Another consideration that would, in our opinion, render combined measures largely dispensable was brought forward by Vandierendonck (2021b), who argues that differential SATs were impossible when trials from the various experimental conditions are randomly intermixed in within-participants designs and therefore recommends to use such designs, rather than combined performance measures, in order to avoid the issues with potential condition-specific variation in SAT. If this was true, it would indeed resolve the issue of differential SATs and, thus, neither combined measures nor model fitting would be needed for that purpose. Problematically, however, (a) such random intermixing is not always possible or desirable and (b) it is an empirical question whether intermixing makes differential SATs impossible that, we believe, must be tested for each specific situation.
Regarding point (a), many research questions require across-group comparisons, such as those involving different age groups or the comparison of intervention and control groups. Furthermore, even in within-participants designs, random intermixing is not always possible or desirable. An example close to our own work is response-effect compatibility in the action-control literature (Janczyk & Lerche, 2019; Kunde, 2001), but there are many further reasons that might prevent an experimenter from intermixing experimental conditions of interest in a fully random fashion.

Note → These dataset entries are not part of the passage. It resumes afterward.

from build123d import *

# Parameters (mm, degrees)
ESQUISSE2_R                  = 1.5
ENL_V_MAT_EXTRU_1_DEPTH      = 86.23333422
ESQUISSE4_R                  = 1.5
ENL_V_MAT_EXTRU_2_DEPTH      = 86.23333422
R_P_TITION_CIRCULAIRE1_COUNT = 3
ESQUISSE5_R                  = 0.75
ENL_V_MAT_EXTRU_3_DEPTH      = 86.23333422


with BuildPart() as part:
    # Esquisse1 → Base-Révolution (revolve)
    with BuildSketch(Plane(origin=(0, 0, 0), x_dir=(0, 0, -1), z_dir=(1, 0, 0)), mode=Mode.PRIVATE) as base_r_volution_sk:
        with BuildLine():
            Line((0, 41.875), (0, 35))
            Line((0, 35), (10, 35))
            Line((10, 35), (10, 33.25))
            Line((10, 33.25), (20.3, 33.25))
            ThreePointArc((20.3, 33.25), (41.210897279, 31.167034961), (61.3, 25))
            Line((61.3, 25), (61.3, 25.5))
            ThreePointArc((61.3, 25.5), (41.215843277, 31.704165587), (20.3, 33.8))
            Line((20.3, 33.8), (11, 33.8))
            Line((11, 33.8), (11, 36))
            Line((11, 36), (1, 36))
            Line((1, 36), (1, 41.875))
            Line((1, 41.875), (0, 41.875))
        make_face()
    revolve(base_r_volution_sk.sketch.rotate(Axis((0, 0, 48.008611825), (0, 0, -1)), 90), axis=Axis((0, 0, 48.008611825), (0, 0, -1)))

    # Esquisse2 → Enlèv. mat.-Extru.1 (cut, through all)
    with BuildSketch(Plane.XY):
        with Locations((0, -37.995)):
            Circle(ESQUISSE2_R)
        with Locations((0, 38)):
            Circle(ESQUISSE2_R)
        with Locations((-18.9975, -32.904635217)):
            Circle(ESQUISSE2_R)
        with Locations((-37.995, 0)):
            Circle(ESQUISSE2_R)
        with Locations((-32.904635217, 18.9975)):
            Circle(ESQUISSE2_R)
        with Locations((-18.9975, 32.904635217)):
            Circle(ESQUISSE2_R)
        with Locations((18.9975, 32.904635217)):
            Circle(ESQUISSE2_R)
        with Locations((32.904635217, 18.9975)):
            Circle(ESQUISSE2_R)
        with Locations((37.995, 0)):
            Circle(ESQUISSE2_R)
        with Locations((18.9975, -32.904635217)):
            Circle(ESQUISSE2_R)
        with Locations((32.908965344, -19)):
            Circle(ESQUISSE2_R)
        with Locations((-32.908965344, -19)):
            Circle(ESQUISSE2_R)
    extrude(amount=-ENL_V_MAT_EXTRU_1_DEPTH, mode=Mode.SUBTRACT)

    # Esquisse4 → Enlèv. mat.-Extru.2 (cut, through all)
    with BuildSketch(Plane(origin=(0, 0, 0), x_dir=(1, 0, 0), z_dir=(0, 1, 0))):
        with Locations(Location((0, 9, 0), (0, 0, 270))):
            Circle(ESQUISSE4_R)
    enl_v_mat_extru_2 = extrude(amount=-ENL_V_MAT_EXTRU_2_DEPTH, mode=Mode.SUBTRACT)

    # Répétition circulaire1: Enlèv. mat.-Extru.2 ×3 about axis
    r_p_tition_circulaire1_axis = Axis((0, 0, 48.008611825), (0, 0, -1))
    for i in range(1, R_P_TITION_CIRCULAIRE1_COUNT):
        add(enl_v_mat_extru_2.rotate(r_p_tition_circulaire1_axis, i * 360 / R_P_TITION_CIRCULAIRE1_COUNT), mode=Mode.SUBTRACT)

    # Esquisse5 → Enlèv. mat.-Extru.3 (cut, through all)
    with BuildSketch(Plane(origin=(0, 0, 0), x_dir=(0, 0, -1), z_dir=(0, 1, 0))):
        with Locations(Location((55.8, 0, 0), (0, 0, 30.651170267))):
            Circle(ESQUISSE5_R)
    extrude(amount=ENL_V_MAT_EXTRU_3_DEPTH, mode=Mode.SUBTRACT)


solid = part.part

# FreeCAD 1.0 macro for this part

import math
import FreeCAD as App
import Part
import Sketcher
from FreeCAD import Vector

doc = App.newDocument("Part")
body = doc.addObject("PartDesign::Body", "Body")

# Sketch on YZ plane
sketch1 = body.newObject("Sketcher::SketchObject", "Sketch")
sketch1.AttachmentSupport = (doc.getObject("YZ_Plane"), [""])
sketch1.MapMode = "FlatFace"
sketch1.addGeometry(Part.LineSegment(Vector(41.9, 0, 0), Vector(35, 0, 0)), False)
sketch1.addGeometry(Part.LineSegment(Vector(35, 0, 0), Vector(35, -10, 0)), False)
sketch1.addGeometry(Part.LineSegment(Vector(35, -10, 0), Vector(33.2, -10, 0)), False)
sketch1.addGeometry(Part.LineSegment(Vector(33.2, -10, 0), Vector(33.2, -20.3, 0)), False)
sketch1.addGeometry(Part.ArcOfCircle(Part.Circle(Vector(-72.8, -20.3, 0), Vector(0, 0, 1), 106), math.radians(-23), math.radians(0)), False)
sketch1.addGeometry(Part.LineSegment(Vector(25, -61.3, 0), Vector(25.5, -61.3, 0)), False)
sketch1.addGeometry(Part.ArcOfCircle(Part.Circle(Vector(-71.6, -20.3, 0), Vector(0, 0, 1), 105.4), math.radians(-23), math.radians(0)), False)
sketch1.addGeometry(Part.LineSegment(Vector(33.8, -20.3, 0), Vector(33.8, -11, 0)), False)
sketch1.addGeometry(Part.LineSegment(Vector(33.8, -11, 0), Vector(36, -11, 0)), False)
sketch1.addGeometry(Part.LineSegment(Vector(36, -11, 0), Vector(36, -1, 0)), False)
sketch1.addGeometry(Part.LineSegment(Vector(36, -1, 0), Vector(41.9, -1, 0)), False)
sketch1.addGeometry(Part.LineSegment(Vector(41.9, -1, 0), Vector(41.9, 0, 0)), False)
sketch1.addConstraint(Sketcher.Constraint("Coincident", 0, 2, 1, 1))
sketch1.addConstraint(Sketcher.Constraint("Coincident", 1, 2, 2, 1))
sketch1.addConstraint(Sketcher.Constraint("Coincident", 2, 2, 3, 1))
sketch1.addConstraint(Sketcher.Constraint("Tangent", 3, 2, 4, 2))
sketch1.addConstraint(Sketcher.Constraint("Coincident", 4, 1, 5, 1))
sketch1.addConstraint(Sketcher.Constraint("Coincident", 5, 2, 6, 1))
sketch1.addConstraint(Sketcher.Constraint("Tangent", 6, 2, 7, 1))
sketch1.addConstraint(Sketcher.Constraint("Coincident", 7, 2, 8, 1))
sketch1.addConstraint(Sketcher.Constraint("Coincident", 8, 2, 9, 1))
sketch1.addConstraint(Sketcher.Constraint("Coincident", 9, 2, 10, 1))
sketch1.addConstraint(Sketcher.Constraint("Coincident", 10, 2, 11, 1))
sketch1.addConstraint(Sketcher.Constraint("Coincident", 11, 2, 0, 1))
sketch1.addConstraint(Sketcher.Constraint("Horizontal", 0))
sketch1.addConstraint(Sketcher.Constraint("Vertical", 1))
sketch1.addConstraint(Sketcher.Constraint("Horizontal", 2))
sketch1.addConstraint(Sketcher.Constraint("Vertical", 3))
sketch1.addConstraint(Sketcher.Constraint("Horizontal", 5))
sketch1.addConstraint(Sketcher.Constraint("Vertical", 7))
sketch1.addConstraint(Sketcher.Constraint("Horizontal", 8))
sketch1.addConstraint(Sketcher.Constraint("Vertical", 9))
sketch1.addConstraint(Sketcher.Constraint("Horizontal", 10))
sketch1.addConstraint(Sketcher.Constraint("Vertical", 11))
sketch1.addConstraint(Sketcher.Constraint("PointOnObject", 0, 2, -1))
sketch1.addConstraint(Sketcher.Constraint("Horizontal", 4, 3, 6, 3))
sketch1.addConstraint(Sketcher.Constraint("Equal", 1, 9))
sketch1.addConstraint(Sketcher.Constraint("DistanceY", 1, 2, 1, 1, 10.0))
sketch1.addConstraint(Sketcher.Constraint("DistanceY", 11, 1, 11, 2, 1.0))
sketch1.addConstraint(Sketcher.Constraint("DistanceX", 5, 1, 5, 2, 0.5))
sketch1.addConstraint(Sketcher.Constraint("DistanceX", 8, 1, 8, 2, 2.2))
sketch1.addConstraint(Sketcher.Constraint("DistanceY", 3, 2, 3, 1, 10.3))
sketch1.addConstraint(Sketcher.Constraint("DistanceX", -1, 1, 0, 2, 35.0))
sketch1.addConstraint(Sketcher.Constraint("DistanceX", -1, 1, 4, 1, 25.0))
sketch1.addConstraint(Sketcher.Constraint("DistanceX", -1, 1, 8, 2, 36.0))
sketch1.addConstraint(Sketcher.Constraint("DistanceY", 5, 2, 3, 2, 41.0))
sketch1.addConstraint(Sketcher.Constraint("DistanceX", 2, 2, 2, 1, 1.75))
sketch1.addConstraint(Sketcher.Constraint("DistanceX", 0, 2, 0, 1, 6.875))
revolution = body.newObject("PartDesign::Revolution", "Revolution")
revolution.Profile = sketch1
revolution.ReferenceAxis = (sketch1, ["V_Axis"])
revolution.Angle = 360

# Sketch on XY plane
sketch2 = body.newObject("Sketcher::SketchObject", "Sketch001")
sketch2.AttachmentSupport = (doc.getObject("XY_Plane"), [""])
sketch2.MapMode = "FlatFace"
sketch2.addGeometry(Part.Circle(Vector(0, -38, 0), Vector(0, 0, 1), 1.5), False)
sketch2.addGeometry(Part.Circle(Vector(0, 38, 0), Vector(0, 0, 1), 1.5), False)
sketch2.addGeometry(Part.Circle(Vector(-19, -32.9, 0), Vector(0, 0, 1), 1.5), False)
sketch2.addGeometry(Part.Circle(Vector(-38, 0, 0), Vector(0, 0, 1), 1.5), False)
sketch2.addGeometry(Part.Circle(Vector(-32.9, 19, 0), Vector(0, 0, 1), 1.5), False)
sketch2.addGeometry(Part.Circle(Vector(-19, 32.9, 0), Vector(0, 0, 1), 1.5), False)
sketch2.addGeometry(Part.Circle(Vector(19, 32.9, 0), Vector(0, 0, 1), 1.5), False)
sketch2.addGeometry(Part.Circle(Vector(32.9, 19, 0), Vector(0, 0, 1), 1.5), False)
sketch2.addGeometry(Part.Circle(Vector(38, 0, 0), Vector(0, 0, 1), 1.5), False)
sketch2.addGeometry(Part.Circle(Vector(19, -32.9, 0), Vector(0, 0, 1), 1.5), False)
sketch2.addGeometry(Part.Circle(Vector(32.9, -19, 0), Vector(0, 0, 1), 1.5), False)
sketch2.addGeometry(Part.Circle(Vector(-32.9, -19, 0), Vector(0, 0, 1), 1.5), False)
sketch2.addConstraint(Sketcher.Constraint("Equal", 0, 1))
sketch2.addConstraint(Sketcher.Constraint("Equal", 1, 2))
sketch2.addConstraint(Sketcher.Constraint("Equal", 2, 3))
sketch2.addConstraint(Sketcher.Constraint("Equal", 3, 4))
sketch2.addConstraint(Sketcher.Constraint("Equal", 4, 5))
sketch2.addConstraint(Sketcher.Constraint("Equal", 5, 6))
sketch2.addConstraint(Sketcher.Constraint("Equal", 6, 7))
sketch2.addConstraint(Sketcher.Constraint("Equal", 7, 8))
sketch2.addConstraint(Sketcher.Constraint("Equal", 8, 9))
sketch2.addConstraint(Sketcher.Constraint("Equal", 9, 10))
sketch2.addConstraint(Sketcher.Constraint("Equal", 10, 11))
sketch2.addConstraint(Sketcher.Constraint("Symmetric", 2, 3, 6, 3, -1, 1))
sketch2.addConstraint(Sketcher.Constraint("Symmetric", 3, 3, 8, 3, -1, 1))
sketch2.addConstraint(Sketcher.Constraint("Symmetric", 5, 3, 9, 3, -1, 1))
sketch2.addConstraint(Sketcher.Constraint("Symmetric", 5, 3, 6, 3, -2))
sketch2.addConstraint(Sketcher.Constraint("Symmetric", 4, 3, 7, 3, -2))
sketch2.addConstraint(Sketcher.Constraint("Symmetric", 10, 3, 11, 3, -2))
sketch2.addConstraint(Sketcher.Constraint("PointOnObject", 0, 3, -2))
sketch2.addConstraint(Sketcher.Constraint("PointOnObject", 1, 3, -2))
sketch2.addConstraint(Sketcher.Constraint("PointOnObject", 3, 3, -1))
sketch2.addConstraint(Sketcher.Constraint("Diameter", 0, 3.0))
sketch2.addConstraint(Sketcher.Constraint("DistanceY", -1, 1, 1, 3, 38.0))
sketch2.addConstraint(Sketcher.Constraint("DistanceY", 10, 3, -1, 1, 19.0))
sketch2.addConstraint(Sketcher.Constraint("DistanceY", 0, 3, -1, 1, 37.995))
sketch2.addConstraint(Sketcher.Constraint("DistanceX", 3, 3, -1, 1, 37.995))
sketch2.addConstraint(Sketcher.Constraint("DistanceX", 5, 3, 6, 3, 37.995))
sketch2.addConstraint(Sketcher.Constraint("DistanceY", -1, 1, 4, 3, 18.9975))
sketch2.addConstraint(Sketcher.Constraint("DistanceY", 2, 3, 5, 3, 65.80927))
sketch2.addConstraint(Sketcher.Constraint("DistanceX", 4, 3, 7, 3, 65.80927))
sketch2.addConstraint(Sketcher.Constraint("DistanceX", 7, 3, 10, 3, 0.00433))
pocket1 = body.newObject("PartDesign::Pocket", "Pocket")
pocket1.Profile = sketch2
pocket1.Type = "ThroughAll"

# Sketch on XZ plane
sketch3 = body.newObject("Sketcher::SketchObject", "Sketch002")
sketch3.AttachmentSupport = (doc.getObject("XZ_Plane"), [""])
sketch3.MapMode = "FlatFace"
sketch3.addGeometry(Part.Circle(Vector(0, -9, 0), Vector(0, 0, 1), 1.5), False)
sketch3.addConstraint(Sketcher.Constraint("PointOnObject", 0, 3, -2))
sketch3.addConstraint(Sketcher.Constraint("Diameter", 0, 3.0))
sketch3.addConstraint(Sketcher.Constraint("DistanceY", 0, 3, -1, 1, 9.0))
pocket2 = body.newObject("PartDesign::Pocket", "Pocket001")
pocket2.Profile = sketch3
pocket2.Type = "ThroughAll"
pocket2.Reversed = True
doc.recompute()

polarpattern = body.newObject("PartDesign::PolarPattern", "PolarPattern")
polarpattern.Originals = [pocket2]
polarpattern.Axis = (doc.getObject("Z_Axis"), [""])
polarpattern.Angle = 360
polarpattern.Occurrences = 3
body.Tip = polarpattern

# Sketch on XZ plane
sketch4 = body.newObject("Sketcher::SketchObject", "Sketch003")
sketch4.AttachmentSupport = (doc.getObject("XZ_Plane"), [""])
sketch4.MapMode = "FlatFace"
sketch4.addGeometry(Part.Circle(Vector(0, -55.8, 0), Vector(0, 0, 1), 0.8), False)
sketch4.addConstraint(Sketcher.Constraint("PointOnObject", 0, 3, -2))
sketch4.addConstraint(Sketcher.Constraint("Diameter", 0, 1.5))
sketch4.addConstraint(Sketcher.Constraint("DistanceY", 0, 3, -1, 1, 55.8))
pocket3 = body.newObject("PartDesign::Pocket", "Pocket002")
pocket3.Profile = sketch4
pocket3.Type = "ThroughAll"

doc.recompute()
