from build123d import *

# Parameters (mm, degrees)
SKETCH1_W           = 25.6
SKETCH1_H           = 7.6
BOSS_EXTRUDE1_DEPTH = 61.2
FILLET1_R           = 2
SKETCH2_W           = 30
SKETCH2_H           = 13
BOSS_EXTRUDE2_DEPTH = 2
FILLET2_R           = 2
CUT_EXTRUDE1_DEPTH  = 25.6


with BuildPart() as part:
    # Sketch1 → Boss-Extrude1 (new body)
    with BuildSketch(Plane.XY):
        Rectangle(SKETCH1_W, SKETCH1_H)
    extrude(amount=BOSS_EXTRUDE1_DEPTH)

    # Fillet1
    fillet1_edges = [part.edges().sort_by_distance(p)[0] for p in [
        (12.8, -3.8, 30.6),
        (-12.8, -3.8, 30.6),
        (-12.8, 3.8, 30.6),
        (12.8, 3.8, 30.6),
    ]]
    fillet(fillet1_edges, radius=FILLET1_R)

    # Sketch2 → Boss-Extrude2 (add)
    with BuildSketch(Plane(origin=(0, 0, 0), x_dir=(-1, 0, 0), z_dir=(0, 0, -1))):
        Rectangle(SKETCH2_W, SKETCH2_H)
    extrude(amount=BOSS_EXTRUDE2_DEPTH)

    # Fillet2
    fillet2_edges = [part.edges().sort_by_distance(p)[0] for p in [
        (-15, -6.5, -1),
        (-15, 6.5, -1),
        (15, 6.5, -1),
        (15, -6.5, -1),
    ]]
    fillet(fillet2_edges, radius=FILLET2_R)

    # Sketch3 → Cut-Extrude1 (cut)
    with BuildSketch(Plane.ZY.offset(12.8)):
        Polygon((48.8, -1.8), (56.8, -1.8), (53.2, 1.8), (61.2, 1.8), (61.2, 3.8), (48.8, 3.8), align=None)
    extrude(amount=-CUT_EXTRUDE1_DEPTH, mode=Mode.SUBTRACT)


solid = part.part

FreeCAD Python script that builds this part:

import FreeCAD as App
import Part
import Sketcher
from FreeCAD import Vector
Q = App.Units.Quantity


def edges_at(feature, points):
    """Names of the edges that pass closest to the given points."""
    edges = feature.Shape.Edges
    near = lambda p: min(range(len(edges)), key=lambda i: edges[i].distToShape(Part.Vertex(*p))[0])
    return sorted({f"Edge{near(p) + 1}" for p in points})


def add_polygon(sketch, points):
    """Adds a closed chain of lines whose ends are joined by coincident constraints."""
    first, n = sketch.GeometryCount, len(points)
    for a, b in zip(points, points[1:] + points[:1]):
        sketch.addGeometry(Part.LineSegment(App.Vector(*a, 0), App.Vector(*b, 0)), False)
    for i in range(n):
        sketch.addConstraint(Sketcher.Constraint("Coincident", first + i, 2, first + (i + 1) % n, 1))

doc = App.newDocument("Part")
params = doc.addObject("Spreadsheet::Sheet", "Params")
for row, (alias, value) in enumerate([
    ("sketch1_width", "25.6 mm"),
    ("sketch1_height", "7.6 mm"),
    ("pad1_length", "61.2 mm"),
    ("fillet_radius", "2 mm"),
    ("sketch2_width", "30 mm"),
    ("sketch2_height", "13 mm"),
    ("pad2_length", "2 mm"),
    ("fillet2_radius", "2 mm"),
    ("sketch3_width", "2 mm"),
    ("sketch3_height", "8 mm"),
    ("sketch3_width2", "5.6 mm"),
    ("pocket1_length", "25.6 mm"),
], start=1):
    params.set(f"A{row}", alias)
    params.set(f"B{row}", "=" + value)
    params.setAlias(f"B{row}", alias)

body = doc.addObject("PartDesign::Body", "Body")

# Sketch on XY plane
sketch1 = body.newObject("Sketcher::SketchObject", "Sketch")
sketch1.AttachmentSupport = (doc.getObject("XY_Plane"), [""])
sketch1.MapMode = "FlatFace"
add_polygon(sketch1, [(-13, 4), (-13, -4), (13, -4), (13, 4)])  # lines 0-3
sketch1.addConstraint(Sketcher.Constraint("Vertical", 0))
sketch1.addConstraint(Sketcher.Constraint("Horizontal", 1))
sketch1.addConstraint(Sketcher.Constraint("Vertical", 2))
sketch1.addConstraint(Sketcher.Constraint("Horizontal", 3))
sketch1.addConstraint(Sketcher.Constraint("Symmetric", 0, 2, 2, 2, -1, 1))
sketch1.addConstraint(Sketcher.Constraint("DistanceX", 1, 1, 1, 2, Q("25.6 mm")))
sketch1.addConstraint(Sketcher.Constraint("DistanceY", 0, 2, 0, 1, Q("7.6 mm")))
sketch1.setExpression("Constraints[9]", "Params.sketch1_width")
sketch1.setExpression("Constraints[10]", "Params.sketch1_height")
pad1 = body.newObject("PartDesign::Pad", "Pad")
pad1.Profile = sketch1
pad1.setExpression("Length", "Params.pad1_length")
doc.recompute()

fillet = body.newObject("PartDesign::Fillet", "Fillet")
fillet.Base = (pad1, edges_at(pad1, [
    (12.8, -3.8, 30.6),
    (-12.8, -3.8, 30.6),
    (-12.8, 3.8, 30.6),
    (12.8, 3.8, 30.6),
]))
fillet.setExpression("Radius", "Params.fillet_radius")

# Sketch on XY plane
sketch2 = body.newObject("Sketcher::SketchObject", "Sketch001")
sketch2.AttachmentSupport = (doc.getObject("XY_Plane"), [""])
sketch2.MapMode = "FlatFace"
add_polygon(sketch2, [(15, 6), (15, -6), (-15, -6), (-15, 6)])  # lines 0-3
sketch2.addConstraint(Sketcher.Constraint("Vertical", 0))
sketch2.addConstraint(Sketcher.Constraint("Horizontal", 1))
sketch2.addConstraint(Sketcher.Constraint("Vertical", 2))
sketch2.addConstraint(Sketcher.Constraint("Horizontal", 3))
sketch2.addConstraint(Sketcher.Constraint("Symmetric", 0, 2, 2, 2, -1, 1))
sketch2.addConstraint(Sketcher.Constraint("DistanceX", 1, 2, 1, 1, Q("30 mm")))
sketch2.addConstraint(Sketcher.Constraint("DistanceY", 0, 2, 0, 1, Q("13 mm")))
sketch2.setExpression("Constraints[9]", "Params.sketch2_width")
sketch2.setExpression("Constraints[10]", "Params.sketch2_height")
pad2 = body.newObject("PartDesign::Pad", "Pad001")
pad2.Profile = sketch2
pad2.setExpression("Length", "Params.pad2_length")
pad2.Reversed = True
doc.recompute()

fillet2 = body.newObject("PartDesign::Fillet", "Fillet001")
fillet2.Base = (pad2, edges_at(pad2, [
    (-15, -6.5, -1),
    (-15, 6.5, -1),
    (15, 6.5, -1),
    (15, -6.5, -1),
]))
fillet2.setExpression("Radius", "Params.fillet2_radius")

# Sketch on YZ plane
sketch3 = body.newObject("Sketcher::SketchObject", "Sketch002")
sketch3.AttachmentSupport = (doc.getObject("YZ_Plane"), [""])
sketch3.MapMode = "FlatFace"
sketch3.AttachmentOffset = App.Placement(Vector(0, 0, -12.8), App.Rotation())
add_polygon(sketch3, [(-1.8, 48.8), (-1.8, 56.8), (1.8, 53.2), (1.8, 61.2), (3.8, 61.2), (3.8, 48.8)])  # lines 0-5
sketch3.addConstraint(Sketcher.Constraint("Vertical", 0))
sketch3.addConstraint(Sketcher.Constraint("Vertical", 2))
sketch3.addConstraint(Sketcher.Constraint("Horizontal", 3))
sketch3.addConstraint(Sketcher.Constraint("Vertical", 4))
sketch3.addConstraint(Sketcher.Constraint("Horizontal", 5))
sketch3.addConstraint(Sketcher.Constraint("Equal", 0, 2))
sketch3.addConstraint(Sketcher.Constraint("DistanceX", 3, 1, 3, 2, Q("2 mm")))
sketch3.addConstraint(Sketcher.Constraint("DistanceY", 0, 1, 0, 2, Q("8 mm")))
sketch3.addConstraint(Sketcher.Constraint("Angle", 1, Q("-45 deg")))
sketch3.addConstraint(Sketcher.Constraint("DistanceX", 5, 2, 5, 1, Q("5.6 mm")))
sketch3.addConstraint(Sketcher.Constraint("DistanceX", 0, 2, -1, 1, Q("1.8 mm")))
sketch3.addConstraint(Sketcher.Constraint("DistanceY", -1, 1, 0, 2, Q("56.8 mm")))
sketch3.setExpression("Constraints[12]", "Params.sketch3_width")
sketch3.setExpression("Constraints[13]", "Params.sketch3_height")
sketch3.setExpression("Constraints[15]", "Params.sketch3_width2")
pocket1 = body.newObject("PartDesign::Pocket", "Pocket")
pocket1.Profile = sketch3
pocket1.setExpression("Length", "Params.pocket1_length")
pocket1.Reversed = True

doc.recompute()
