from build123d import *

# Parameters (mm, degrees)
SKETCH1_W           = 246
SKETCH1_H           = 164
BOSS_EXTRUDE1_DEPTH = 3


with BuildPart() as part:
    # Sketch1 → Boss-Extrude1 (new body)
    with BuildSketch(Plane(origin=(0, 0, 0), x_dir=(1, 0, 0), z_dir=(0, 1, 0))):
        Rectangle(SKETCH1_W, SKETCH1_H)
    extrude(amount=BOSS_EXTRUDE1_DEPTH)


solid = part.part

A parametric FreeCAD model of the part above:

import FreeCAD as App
import Part
import Sketcher

V = App.Vector


def add_polygon(sketch, points):
    """Adds a closed chain of lines whose ends are joined by coincident constraints."""
    first, n = sketch.GeometryCount, len(points)
    for a, b in zip(points, points[1:] + points[:1]):
        sketch.addGeometry(Part.LineSegment(App.Vector(*a, 0), App.Vector(*b, 0)), False)
    for i in range(n):
        sketch.addConstraint(Sketcher.Constraint("Coincident", first + i, 2, first + (i + 1) % n, 1))

doc = App.newDocument("Part")
body = doc.addObject("PartDesign::Body", "Body")

# Sketch on XZ plane
sketch1 = body.newObject("Sketcher::SketchObject", "Sketch")
sketch1.AttachmentSupport = (doc.getObject("XZ_Plane"), [""])
sketch1.MapMode = "FlatFace"
add_polygon(sketch1, [(-123, -82), (-123, 82), (123, 82), (123, -82)])  # lines 0-3
sketch1.addConstraint([
    Sketcher.Constraint("Vertical", 0),
    Sketcher.Constraint("Horizontal", 1),
    Sketcher.Constraint("Vertical", 2),
    Sketcher.Constraint("Horizontal", 3),
    Sketcher.Constraint("Symmetric", 0, 2, 2, 2, -1, 1),
    Sketcher.Constraint("DistanceX", 1, 1, 1, 2, 246.0),
    Sketcher.Constraint("DistanceY", 0, 1, 0, 2, 164.0),
])
pad1 = body.newObject("PartDesign::Pad", "Pad")
pad1.Profile = sketch1
pad1.Length = 3
pad1.Reversed = True

doc.recompute()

Regarding point (b), as powerful as this technique might be, random intermixing does not guarantee the absence of differential SATs. For example, it seems likely that in tasks with longer mean RT, participants decide that they have spent sufficient time on a given, particularly difficult trial and respond prematurely in a higher number of cases than on easy trials (e.g., Liesefeld et al., 2015, where difficult mental rotations were randomly intermixed with easy mental rotations). Such behavior could, for example, be based on a time-out strategy. Also, an adaptation of SATs based on a preliminary scanning of the stimulus does not seem too unrealistic after all. Consider for example a visual search task with a strong difference in difficulty between randomly intermixed inefficient search and efficient search conditions. All else being equal, participants might be less willing to spend much time on the inefficient search trials but rather tend to make their decision based on less evidence and proceed with the next (probably easier) trial prematurely. A coarse and preliminary scan of the scene can often tell whether a search display is difficult or easy (e.g., whether non-targets are homogeneous or heterogeneous, see Liesefeld & Müller, 2020) and result in a trial-wise adaptation of the search strategy (e.g., Tay et al., 2022). Another example are intertrial effects, that is, the observation that features of a preceding trial affect performance on the current trial, potentially by changing SATs. As a matter of fact, intertrial effects on the threshold parameter have been observed previously (e.g., Schuch, 2016). In sum, in contrast to the viewpoint expressed in Vandierendonck (2021b), we argue that the intermixing technique does not generally solve the issue of condition-specific SATs and we believe that combined performance measures remain useful for this purpose.
Change history
01 September 2022
A Correction to this paper has been published: https://doi.org/10.3758/s13428-022-01963-9
Notes
We suggest using the sample SD for standardization, that is, the SD with k in the denominator rather than the square root of the estimate of the population variance with k − 1 in the denominator (with k referring to the number of data points entered into the calculation; here: k = n · j). Except for very small sample sizes, the effect of using one or the other SD should be negligible though. It might be helpful to reproduce the examplary calculation in Table 1 of Liesefeld and Janczyk (2019). Functions to easily calculate BIS are provided at: https://github.com/Liesefeld/BIS.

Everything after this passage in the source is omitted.